Wczoraj, późno wieczorem przyjechała rodzina Romana (rodzice i 2 rodzeństwa). Załatwiliśmy im wcześniej nocleg. Wszystko opowiedzieliśmy przy kolacji, ale i stwierdziliśmy, że nie bardzo jesteśmy tu dalej potrzebni. Z wakacji nici, a do domu trzeba jakoś wrócić. Minęły już 4 dni i nie ma żadnych nowych wieści…
Dlatego tego dnia postanowiliśmy, że jutro jedziemy dalej.
W ciągu dnia zorganizowaliśmy jeszcze gościa z motorówką. I tak pływaliśmy wypasionym ścigaczem ze skórami, po pięknej okolicy [fot]… ale wiadomo czego szukaliśmy.
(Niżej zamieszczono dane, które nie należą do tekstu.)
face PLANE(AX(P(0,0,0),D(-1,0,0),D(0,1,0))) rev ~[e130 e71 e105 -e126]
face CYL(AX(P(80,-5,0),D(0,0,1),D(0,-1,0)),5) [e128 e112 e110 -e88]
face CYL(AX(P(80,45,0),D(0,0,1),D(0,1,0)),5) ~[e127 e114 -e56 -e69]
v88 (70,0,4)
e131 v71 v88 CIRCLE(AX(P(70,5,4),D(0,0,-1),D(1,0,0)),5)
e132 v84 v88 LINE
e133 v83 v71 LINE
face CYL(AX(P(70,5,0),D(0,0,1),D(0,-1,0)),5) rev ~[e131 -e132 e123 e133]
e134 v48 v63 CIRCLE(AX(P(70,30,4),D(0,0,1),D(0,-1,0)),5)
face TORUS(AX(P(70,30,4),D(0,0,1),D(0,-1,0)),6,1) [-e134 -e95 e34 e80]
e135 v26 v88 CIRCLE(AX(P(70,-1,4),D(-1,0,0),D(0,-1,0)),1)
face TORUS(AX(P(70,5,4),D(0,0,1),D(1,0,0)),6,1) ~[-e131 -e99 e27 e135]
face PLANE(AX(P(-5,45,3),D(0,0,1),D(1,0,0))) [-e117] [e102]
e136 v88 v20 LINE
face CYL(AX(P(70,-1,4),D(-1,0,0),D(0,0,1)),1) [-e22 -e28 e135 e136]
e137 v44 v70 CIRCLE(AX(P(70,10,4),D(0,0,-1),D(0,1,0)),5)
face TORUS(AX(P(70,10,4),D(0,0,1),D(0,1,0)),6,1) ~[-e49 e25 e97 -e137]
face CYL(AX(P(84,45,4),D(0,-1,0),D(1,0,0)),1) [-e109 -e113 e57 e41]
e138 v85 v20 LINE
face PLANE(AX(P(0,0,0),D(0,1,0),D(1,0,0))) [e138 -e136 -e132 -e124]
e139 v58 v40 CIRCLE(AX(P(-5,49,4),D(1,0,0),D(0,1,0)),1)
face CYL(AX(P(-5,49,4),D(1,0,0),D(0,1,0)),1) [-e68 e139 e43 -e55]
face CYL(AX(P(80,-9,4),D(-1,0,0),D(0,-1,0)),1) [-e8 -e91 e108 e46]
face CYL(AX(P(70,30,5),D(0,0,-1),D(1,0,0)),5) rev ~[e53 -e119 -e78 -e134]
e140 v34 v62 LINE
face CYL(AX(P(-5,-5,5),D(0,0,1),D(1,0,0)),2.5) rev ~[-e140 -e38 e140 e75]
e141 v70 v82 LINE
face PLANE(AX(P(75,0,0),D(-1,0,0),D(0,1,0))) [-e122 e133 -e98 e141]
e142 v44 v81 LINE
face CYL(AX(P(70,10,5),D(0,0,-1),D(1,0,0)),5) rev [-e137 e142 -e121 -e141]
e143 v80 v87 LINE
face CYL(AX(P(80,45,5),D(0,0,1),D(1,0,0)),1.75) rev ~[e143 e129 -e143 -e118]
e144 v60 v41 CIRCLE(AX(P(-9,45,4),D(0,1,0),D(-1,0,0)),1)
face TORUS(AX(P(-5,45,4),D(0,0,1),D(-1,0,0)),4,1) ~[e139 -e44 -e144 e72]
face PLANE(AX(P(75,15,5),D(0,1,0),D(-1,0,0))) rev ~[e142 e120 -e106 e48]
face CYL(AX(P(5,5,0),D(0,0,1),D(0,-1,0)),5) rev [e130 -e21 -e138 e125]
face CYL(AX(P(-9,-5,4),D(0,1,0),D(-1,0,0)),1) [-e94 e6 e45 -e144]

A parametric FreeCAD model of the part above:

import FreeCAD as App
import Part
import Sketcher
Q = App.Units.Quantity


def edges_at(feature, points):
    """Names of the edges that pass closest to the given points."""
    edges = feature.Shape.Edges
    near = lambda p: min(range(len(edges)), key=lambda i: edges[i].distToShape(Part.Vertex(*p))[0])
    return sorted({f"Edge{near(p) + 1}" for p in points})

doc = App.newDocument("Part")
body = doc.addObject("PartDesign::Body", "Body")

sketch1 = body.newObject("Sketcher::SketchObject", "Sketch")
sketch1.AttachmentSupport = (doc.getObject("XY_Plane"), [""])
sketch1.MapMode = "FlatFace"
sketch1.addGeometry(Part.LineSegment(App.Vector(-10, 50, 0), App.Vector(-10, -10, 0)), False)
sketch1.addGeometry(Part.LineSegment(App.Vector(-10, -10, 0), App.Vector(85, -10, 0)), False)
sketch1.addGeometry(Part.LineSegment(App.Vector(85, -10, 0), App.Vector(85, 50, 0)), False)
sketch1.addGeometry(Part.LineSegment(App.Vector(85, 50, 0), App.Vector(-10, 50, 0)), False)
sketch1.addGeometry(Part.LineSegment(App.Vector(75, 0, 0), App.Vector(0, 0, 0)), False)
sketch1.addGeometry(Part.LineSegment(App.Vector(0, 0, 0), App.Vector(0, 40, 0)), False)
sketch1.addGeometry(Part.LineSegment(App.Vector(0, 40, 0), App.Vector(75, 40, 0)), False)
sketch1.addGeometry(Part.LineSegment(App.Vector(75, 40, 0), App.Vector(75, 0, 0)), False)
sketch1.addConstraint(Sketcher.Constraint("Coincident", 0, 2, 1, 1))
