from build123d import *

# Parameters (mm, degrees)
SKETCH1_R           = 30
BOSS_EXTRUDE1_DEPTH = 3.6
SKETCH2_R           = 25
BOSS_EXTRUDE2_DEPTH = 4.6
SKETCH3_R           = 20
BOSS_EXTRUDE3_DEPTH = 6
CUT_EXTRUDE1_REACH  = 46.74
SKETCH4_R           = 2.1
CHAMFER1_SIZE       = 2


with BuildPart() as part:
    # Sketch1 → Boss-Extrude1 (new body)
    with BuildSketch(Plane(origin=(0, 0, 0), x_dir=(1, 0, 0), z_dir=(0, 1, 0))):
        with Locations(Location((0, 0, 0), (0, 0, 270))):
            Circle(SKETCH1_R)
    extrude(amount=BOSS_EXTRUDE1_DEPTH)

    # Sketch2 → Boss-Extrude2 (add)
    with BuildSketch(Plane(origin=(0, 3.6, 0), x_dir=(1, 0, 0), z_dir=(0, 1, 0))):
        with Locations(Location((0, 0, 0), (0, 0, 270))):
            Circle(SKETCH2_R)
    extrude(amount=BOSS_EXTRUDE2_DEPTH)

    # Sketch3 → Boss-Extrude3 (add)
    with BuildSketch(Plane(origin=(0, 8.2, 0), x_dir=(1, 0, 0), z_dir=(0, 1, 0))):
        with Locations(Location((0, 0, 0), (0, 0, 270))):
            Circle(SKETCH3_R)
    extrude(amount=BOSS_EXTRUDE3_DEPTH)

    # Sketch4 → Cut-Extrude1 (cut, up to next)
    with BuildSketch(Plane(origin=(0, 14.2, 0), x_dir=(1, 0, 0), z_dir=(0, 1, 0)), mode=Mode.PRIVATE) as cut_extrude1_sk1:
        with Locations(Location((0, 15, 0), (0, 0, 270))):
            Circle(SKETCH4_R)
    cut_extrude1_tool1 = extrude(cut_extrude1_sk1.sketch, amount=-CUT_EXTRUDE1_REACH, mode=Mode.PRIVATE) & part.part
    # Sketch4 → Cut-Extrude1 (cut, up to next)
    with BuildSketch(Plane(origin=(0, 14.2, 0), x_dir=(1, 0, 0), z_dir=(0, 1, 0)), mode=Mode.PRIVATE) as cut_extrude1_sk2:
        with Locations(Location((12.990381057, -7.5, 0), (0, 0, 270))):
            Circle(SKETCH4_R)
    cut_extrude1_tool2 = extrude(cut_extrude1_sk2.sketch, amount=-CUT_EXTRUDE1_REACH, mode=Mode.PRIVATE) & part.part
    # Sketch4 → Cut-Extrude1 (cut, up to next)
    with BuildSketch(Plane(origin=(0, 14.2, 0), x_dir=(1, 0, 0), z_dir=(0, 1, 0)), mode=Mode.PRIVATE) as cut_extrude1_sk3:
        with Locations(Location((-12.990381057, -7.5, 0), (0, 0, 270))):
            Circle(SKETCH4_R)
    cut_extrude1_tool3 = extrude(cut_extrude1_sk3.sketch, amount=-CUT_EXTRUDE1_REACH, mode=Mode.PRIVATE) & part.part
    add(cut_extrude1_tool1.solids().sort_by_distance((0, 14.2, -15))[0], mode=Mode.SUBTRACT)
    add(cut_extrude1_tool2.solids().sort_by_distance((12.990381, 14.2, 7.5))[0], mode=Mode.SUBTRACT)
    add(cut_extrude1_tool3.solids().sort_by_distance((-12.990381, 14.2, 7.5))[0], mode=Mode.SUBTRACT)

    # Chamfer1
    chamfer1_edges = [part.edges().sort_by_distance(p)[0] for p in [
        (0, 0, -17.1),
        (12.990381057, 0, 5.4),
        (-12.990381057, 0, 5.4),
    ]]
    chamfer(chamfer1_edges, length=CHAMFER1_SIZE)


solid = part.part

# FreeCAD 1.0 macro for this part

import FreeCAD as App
import Part
import Sketcher

V = App.Vector


def edges_at(feature, points):
    """Names of the edges that pass closest to the given points."""
    edges = feature.Shape.Edges
    near = lambda p: min(range(len(edges)), key=lambda i: edges[i].distToShape(Part.Vertex(*p))[0])
    return sorted({f"Edge{near(p) + 1}" for p in points})

doc = App.newDocument("Part")
params = doc.addObject("Spreadsheet::Sheet", "Params")
for row, (alias, value) in enumerate([
    ("sketch1_diameter", "60 mm"),
    ("pad1_length", "3.6 mm"),
    ("sketch2_diameter", "50 mm"),
    ("pad2_length", "4.6 mm"),
    ("sketch3_diameter", "40 mm"),
    ("pad3_length", "6 mm"),
    ("sketch4_diameter", "4.2 mm"),
    ("sketch5_diameter", "4.2 mm"),
    ("sketch6_diameter", "4.2 mm"),
    ("chamfer_size", "2 mm"),
], start=1):
    params.set(f"A{row}", alias)
    params.set(f"B{row}", "=" + value)
    params.setAlias(f"B{row}", alias)

body = doc.addObject("PartDesign::Body", "Body")

# Sketch on XZ plane
sketch1 = doc.addObject("Sketcher::SketchObject", "Sketch")
body.addObject(sketch1)
sketch1.AttachmentSupport = (doc.XZ_Plane, [""])
sketch1.MapMode = "FlatFace"
sketch1.addGeometry(Part.Circle(V(0, 0, 0), V(0, 0, 1), 30), False)
sketch1.addConstraint(Sketcher.Constraint("Coincident", 0, 3, -1, 1))
sketch1.addConstraint(Sketcher.Constraint("Diameter", 0, 60.0))
sketch1.setExpression("Constraints[1]", "Params.sketch1_diameter")
pad1 = doc.addObject("PartDesign::Pad", "Pad")
body.addObject(pad1)
pad1.Profile = sketch1
pad1.setExpression("Length", "Params.pad1_length")
pad1.Reversed = True

# Sketch on XZ plane
sketch2 = doc.addObject("Sketcher::SketchObject", "Sketch001")
body.addObject(sketch2)
sketch2.AttachmentSupport = (doc.XZ_Plane, [""])
sketch2.MapMode = "FlatFace"
sketch2.AttachmentOffset = App.Placement(V(0, 0, -3.6), App.Rotation())
sketch2.addGeometry(Part.Circle(V(0, 0, 0), V(0, 0, 1), 25), False)
sketch2.addConstraint(Sketcher.Constraint("Coincident", 0, 3, -1, 1))
sketch2.addConstraint(Sketcher.Constraint("Diameter", 0, 50.0))
sketch2.setExpression("Constraints[1]", "Params.sketch2_diameter")
pad2 = doc.addObject("PartDesign::Pad", "Pad001")
body.addObject(pad2)
pad2.Profile = sketch2
pad2.setExpression("Length", "Params.pad2_length")
pad2.Reversed = True

# Sketch on XZ plane
sketch3 = doc.addObject("Sketcher::SketchObject", "Sketch002")
body.addObject(sketch3)
sketch3.AttachmentSupport = (doc.XZ_Plane, [""])
sketch3.MapMode = "FlatFace"
sketch3.AttachmentOffset = App.Placement(V(0, 0, -8.2), App.Rotation())
sketch3.addGeometry(Part.Circle(V(0, 0, 0), V(0, 0, 1), 20), False)
sketch3.addConstraint(Sketcher.Constraint("Coincident", 0, 3, -1, 1))
sketch3.addConstraint(Sketcher.Constraint("Diameter", 0, 40.0))
sketch3.setExpression("Constraints[1]", "Params.sketch3_diameter")
pad3 = doc.addObject("PartDesign::Pad", "Pad002")
body.addObject(pad3)
pad3.Profile = sketch3
pad3.setExpression("Length", "Params.pad3_length")
pad3.Reversed = True

# Sketch on XZ plane
sketch4 = doc.addObject("Sketcher::SketchObject", "Sketch003")
body.addObject(sketch4)
sketch4.AttachmentSupport = (doc.XZ_Plane, [""])
sketch4.MapMode = "FlatFace"
sketch4.AttachmentOffset = App.Placement(V(0, 0, -14.2), App.Rotation())
sketch4.addGeometry(Part.Circle(V(0, -15, 0), V(0, 0, 1), 2.1), False)
sketch4.addConstraint(Sketcher.Constraint("PointOnObject", 0, 3, -2))
sketch4.addConstraint(Sketcher.Constraint("Diameter", 0, 4.2))
sketch4.addConstraint(Sketcher.Constraint("DistanceY", 0, 3, -1, 1, 15.0))
sketch4.setExpression("Constraints[1]", "Params.sketch4_diameter")
pocket1 = doc.addObject("PartDesign::Pocket", "Pocket")
body.addObject(pocket1)
pocket1.Profile = sketch4
pocket1.Type = "UpToFirst"
pocket1.Reversed = True

# Sketch on XZ plane
sketch5 = doc.addObject("Sketcher::SketchObject", "Sketch004")
body.addObject(sketch5)
sketch5.AttachmentSupport = (doc.XZ_Plane, [""])
sketch5.MapMode = "FlatFace"
sketch5.AttachmentOffset = App.Placement(V(0, 0, -14.2), App.Rotation())
sketch5.addGeometry(Part.Circle(V(13, 7.5, 0), V(0, 0, 1), 2.1), False)
sketch5.addConstraint(Sketcher.Constraint("Diameter", 0, 4.2))
sketch5.addConstraint(Sketcher.Constraint("DistanceY", -1, 1, 0, 3, 7.5))
sketch5.addConstraint(Sketcher.Constraint("DistanceX", -1, 1, 0, 3, 12.990381))
sketch5.setExpression("Constraints[0]", "Params.sketch5_diameter")
pocket2 = doc.addObject("PartDesign::Pocket", "Pocket001")
body.addObject(pocket2)
pocket2.Profile = sketch5
pocket2.Type = "UpToFirst"
pocket2.Reversed = True

# Sketch on XZ plane
sketch6 = doc.addObject("Sketcher::SketchObject", "Sketch005")
body.addObject(sketch6)
sketch6.AttachmentSupport = (doc.XZ_Plane, [""])
sketch6.MapMode = "FlatFace"
sketch6.AttachmentOffset = App.Placement(V(0, 0, -14.2), App.Rotation())
sketch6.addGeometry(Part.Circle(V(-13, 7.5, 0), V(0, 0, 1), 2.1), False)
sketch6.addConstraint(Sketcher.Constraint("Diameter", 0, 4.2))
sketch6.addConstraint(Sketcher.Constraint("DistanceY", -1, 1, 0, 3, 7.5))
sketch6.addConstraint(Sketcher.Constraint("DistanceX", 0, 3, -1, 1, 12.990381))
sketch6.setExpression("Constraints[0]", "Params.sketch6_diameter")
pocket3 = doc.addObject("PartDesign::Pocket", "Pocket002")
body.addObject(pocket3)
pocket3.Profile = sketch6
pocket3.Type = "UpToFirst"
pocket3.Reversed = True
doc.recompute()

chamfer = doc.addObject("PartDesign::Chamfer", "Chamfer")
body.addObject(chamfer)
chamfer.Base = (pocket3, edges_at(pocket3, [(0, 0, -17.1), (12.99, 0, 5.4), (-12.99, 0, 5.4)]))
chamfer.setExpression("Size", "Params.chamfer_size")

doc.recompute()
Decyzja o wyjeździe była bardzo trudna. Musieliśmy zostawić Gaelle, ona jako młody kierowca potem musiała dojechać wypożyczonym autem do Niemiec. Była w słabym stanie, ale rodzice Romana mieli się nią zająć. Jak długo jednak można było siedzieć… Na co czekać…
Roman nie odnalazł się do dziś. Jego rodzina została tam ze dwie, trzy noce i również wracała. Był z niego naprawdę świetny kumpel i wesoły człowiek. Bardzo koleżeński i zawsze uśmiechnięty. Wściekły jestem, że tak to się skończyło…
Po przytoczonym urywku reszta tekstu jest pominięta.